9. Leave Jews out of the mosque debate. Sisi asks: "Why do Jews have to be drawn into a controversy about a mosque in NYC that is not actively being protested by any major Jewish organization (that I can think of)." But a major Jewish organization, the Anti-Defamation League, has indeed protested the Islamic center, and its criticism has been highly influential. The ADL declared that "building an Islamic Center in the shadow of the World Trade Center will cause some victims more pain—unnecessarily—and that is not right."

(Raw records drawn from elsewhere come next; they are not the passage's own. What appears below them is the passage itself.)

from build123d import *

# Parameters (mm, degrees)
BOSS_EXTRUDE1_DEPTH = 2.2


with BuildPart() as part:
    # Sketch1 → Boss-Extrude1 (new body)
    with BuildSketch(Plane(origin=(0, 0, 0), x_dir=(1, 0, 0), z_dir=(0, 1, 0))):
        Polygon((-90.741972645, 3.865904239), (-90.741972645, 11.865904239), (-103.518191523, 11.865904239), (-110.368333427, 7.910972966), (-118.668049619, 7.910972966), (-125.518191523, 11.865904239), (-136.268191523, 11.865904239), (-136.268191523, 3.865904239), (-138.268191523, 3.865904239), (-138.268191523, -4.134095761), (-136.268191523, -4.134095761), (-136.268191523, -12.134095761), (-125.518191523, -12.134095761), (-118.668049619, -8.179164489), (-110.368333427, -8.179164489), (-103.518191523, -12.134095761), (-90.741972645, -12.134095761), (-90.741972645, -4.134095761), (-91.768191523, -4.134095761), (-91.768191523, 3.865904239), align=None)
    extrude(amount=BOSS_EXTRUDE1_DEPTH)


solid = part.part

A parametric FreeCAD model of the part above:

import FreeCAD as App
import Part
import Sketcher
from FreeCAD import Vector
Q = App.Units.Quantity


def add_polygon(sketch, points):
    """Adds a closed chain of lines whose ends are joined by coincident constraints."""
    first, n = sketch.GeometryCount, len(points)
    for a, b in zip(points, points[1:] + points[:1]):
        sketch.addGeometry(Part.LineSegment(App.Vector(*a, 0), App.Vector(*b, 0)), False)
    for i in range(n):
        sketch.addConstraint(Sketcher.Constraint("Coincident", first + i, 2, first + (i + 1) % n, 1))

doc = App.newDocument("Part")
body = doc.addObject("PartDesign::Body", "Body")

# Sketch on XZ plane
sketch1 = body.newObject("Sketcher::SketchObject", "Sketch")
sketch1.AttachmentSupport = (doc.getObject("XZ_Plane"), [""])
sketch1.MapMode = "FlatFace"
add_polygon(sketch1, [(-90.741973, -3.865904), (-90.741973, -11.865904), (-103.518192, -11.865904), (-110.368333, -7.910973), (-118.66805, -7.910973), (-125.518192, -11.865904), (-136.268192, -11.865904), (-136.268192, -3.865904), (-138.268192, -3.865904), (-138.268192, 4.134096), (-136.268192, 4.134096), (-136.268192, 12.134096), (-125.518192, 12.134096), (-118.66805, 8.179164), (-110.368333, 8.179164), (-103.518192, 12.134096), (-90.741973, 12.134096), (-90.741973, 4.134096), (-91.768192, 4.134096), (-91.768192, -3.865904)])  # lines 0-19
sketch1.addConstraint(Sketcher.Constraint("Vertical", 0))
sketch1.addConstraint(Sketcher.Constraint("Horizontal", 1))
sketch1.addConstraint(Sketcher.Constraint("Horizontal", 3))
sketch1.addConstraint(Sketcher.Constraint("Horizontal", 5))
sketch1.addConstraint(Sketcher.Constraint("Vertical", 6))
sketch1.addConstraint(Sketcher.Constraint("Horizontal", 7))
sketch1.addConstraint(Sketcher.Constraint("Vertical", 8))
sketch1.addConstraint(Sketcher.Constraint("Horizontal", 9))
sketch1.addConstraint(Sketcher.Constraint("Vertical", 10))
sketch1.addConstraint(Sketcher.Constraint("Horizontal", 11))
sketch1.addConstraint(Sketcher.Constraint("Horizontal", 13))
sketch1.addConstraint(Sketcher.Constraint("Horizontal", 15))
sketch1.addConstraint(Sketcher.Constraint("Vertical", 16))
sketch1.addConstraint(Sketcher.Constraint("Horizontal", 17))
sketch1.addConstraint(Sketcher.Constraint("Vertical", 18))
sketch1.addConstraint(Sketcher.Constraint("Horizontal", 19))
sketch1.addConstraint(Sketcher.Constraint("Parallel", 2, 12))
sketch1.addConstraint(Sketcher.Constraint("Parallel", 4, 14))
sketch1.addConstraint(Sketcher.Constraint("Horizontal", 1, 2, 4, 2))
sketch1.addConstraint(Sketcher.Constraint("Horizontal", 11, 2, 14, 2))
sketch1.addConstraint(Sketcher.Constraint("Horizontal", 9, 2, 16, 2))
sketch1.addConstraint(Sketcher.Constraint("Horizontal", 7, 2, 18, 2))
sketch1.addConstraint(Sketcher.Constraint("Vertical", 6, 2, 9, 2))
sketch1.addConstraint(Sketcher.Constraint("Vertical", 4, 2, 11, 2))
sketch1.addConstraint(Sketcher.Constraint("Vertical", 3, 2, 12, 2))
sketch1.addConstraint(Sketcher.Constraint("Vertical", 2, 2, 13, 2))
sketch1.addConstraint(Sketcher.Constraint("Vertical", 1, 2, 14, 2))
sketch1.addConstraint(Sketcher.Constraint("Vertical", 0, 2, 15, 2))
sketch1.addConstraint(Sketcher.Constraint("Equal", 6, 8))
sketch1.addConstraint(Sketcher.Constraint("Equal", 8, 10))
sketch1.addConstraint(Sketcher.Constraint("DistanceX", 7, 2, 7, 1, 2.0))
sketch1.addConstraint(Sketcher.Constraint("DistanceY", 0, 2, 0, 1, 8.0))
sketch1.addConstraint(Sketcher.Constraint("Angle", 2, Q("150 deg")))
sketch1.addConstraint(Sketcher.Constraint("DistanceX", 4, 2, 1, 2, 22.0))
sketch1.addConstraint(Sketcher.Constraint("DistanceX", 5, 2, 5, 1, 10.75))
sketch1.addConstraint(Sketcher.Constraint("DistanceX", 14, 2, 17, 2, 11.75))
sketch1.addConstraint(Sketcher.Constraint("DistanceX", 1, 2, 1, 1, 12.776219))
sketch1.addConstraint(Sketcher.Constraint("DistanceX", 3, 2, 3, 1, 8.299716))
sketch1.addConstraint(Sketcher.Constraint("DistanceX", 1, 2, -1, 1, 103.518192))
sketch1.addConstraint(Sketcher.Constraint("DistanceY", 0, 2, -1, 1, 11.865904))
pad1 = body.newObject("PartDesign::Pad", "Pad")
pad1.Profile = sketch1
pad1.Length = 2.2
pad1.Reversed = True

doc.recompute()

10. Minorities should be more sensitive. Elan B argues for relocating the mosque, but not the synagogue, on this basis:

While Hebron may be debated land, there is still a thriving Jewish population there and they will naturally build synagogues because it is Israel, a Jewish land. NYC is not a Muslim land, and while they do have the Constitutional right to build a house of worship, some sensitivity to the proximity of Ground Zero would be considerate.

In other words, majorities, such as Christians in the United States or Jews in Israel, need not be deferential. For them, unlike minorities, building houses of worship is "natural." But this religious majoritarianism is exactly what Gingrich has condemned in Muslim countries. Is it wrong in Riyadh but right in New York and Hebron?

This is what happens when you try to rationalize away truth and principle. Hebron is by no means a perfect analogy to 9/11. But let's not deceive ourselves about what happened there, what we're ignoring there now, and what it says about our treatment of Muslims.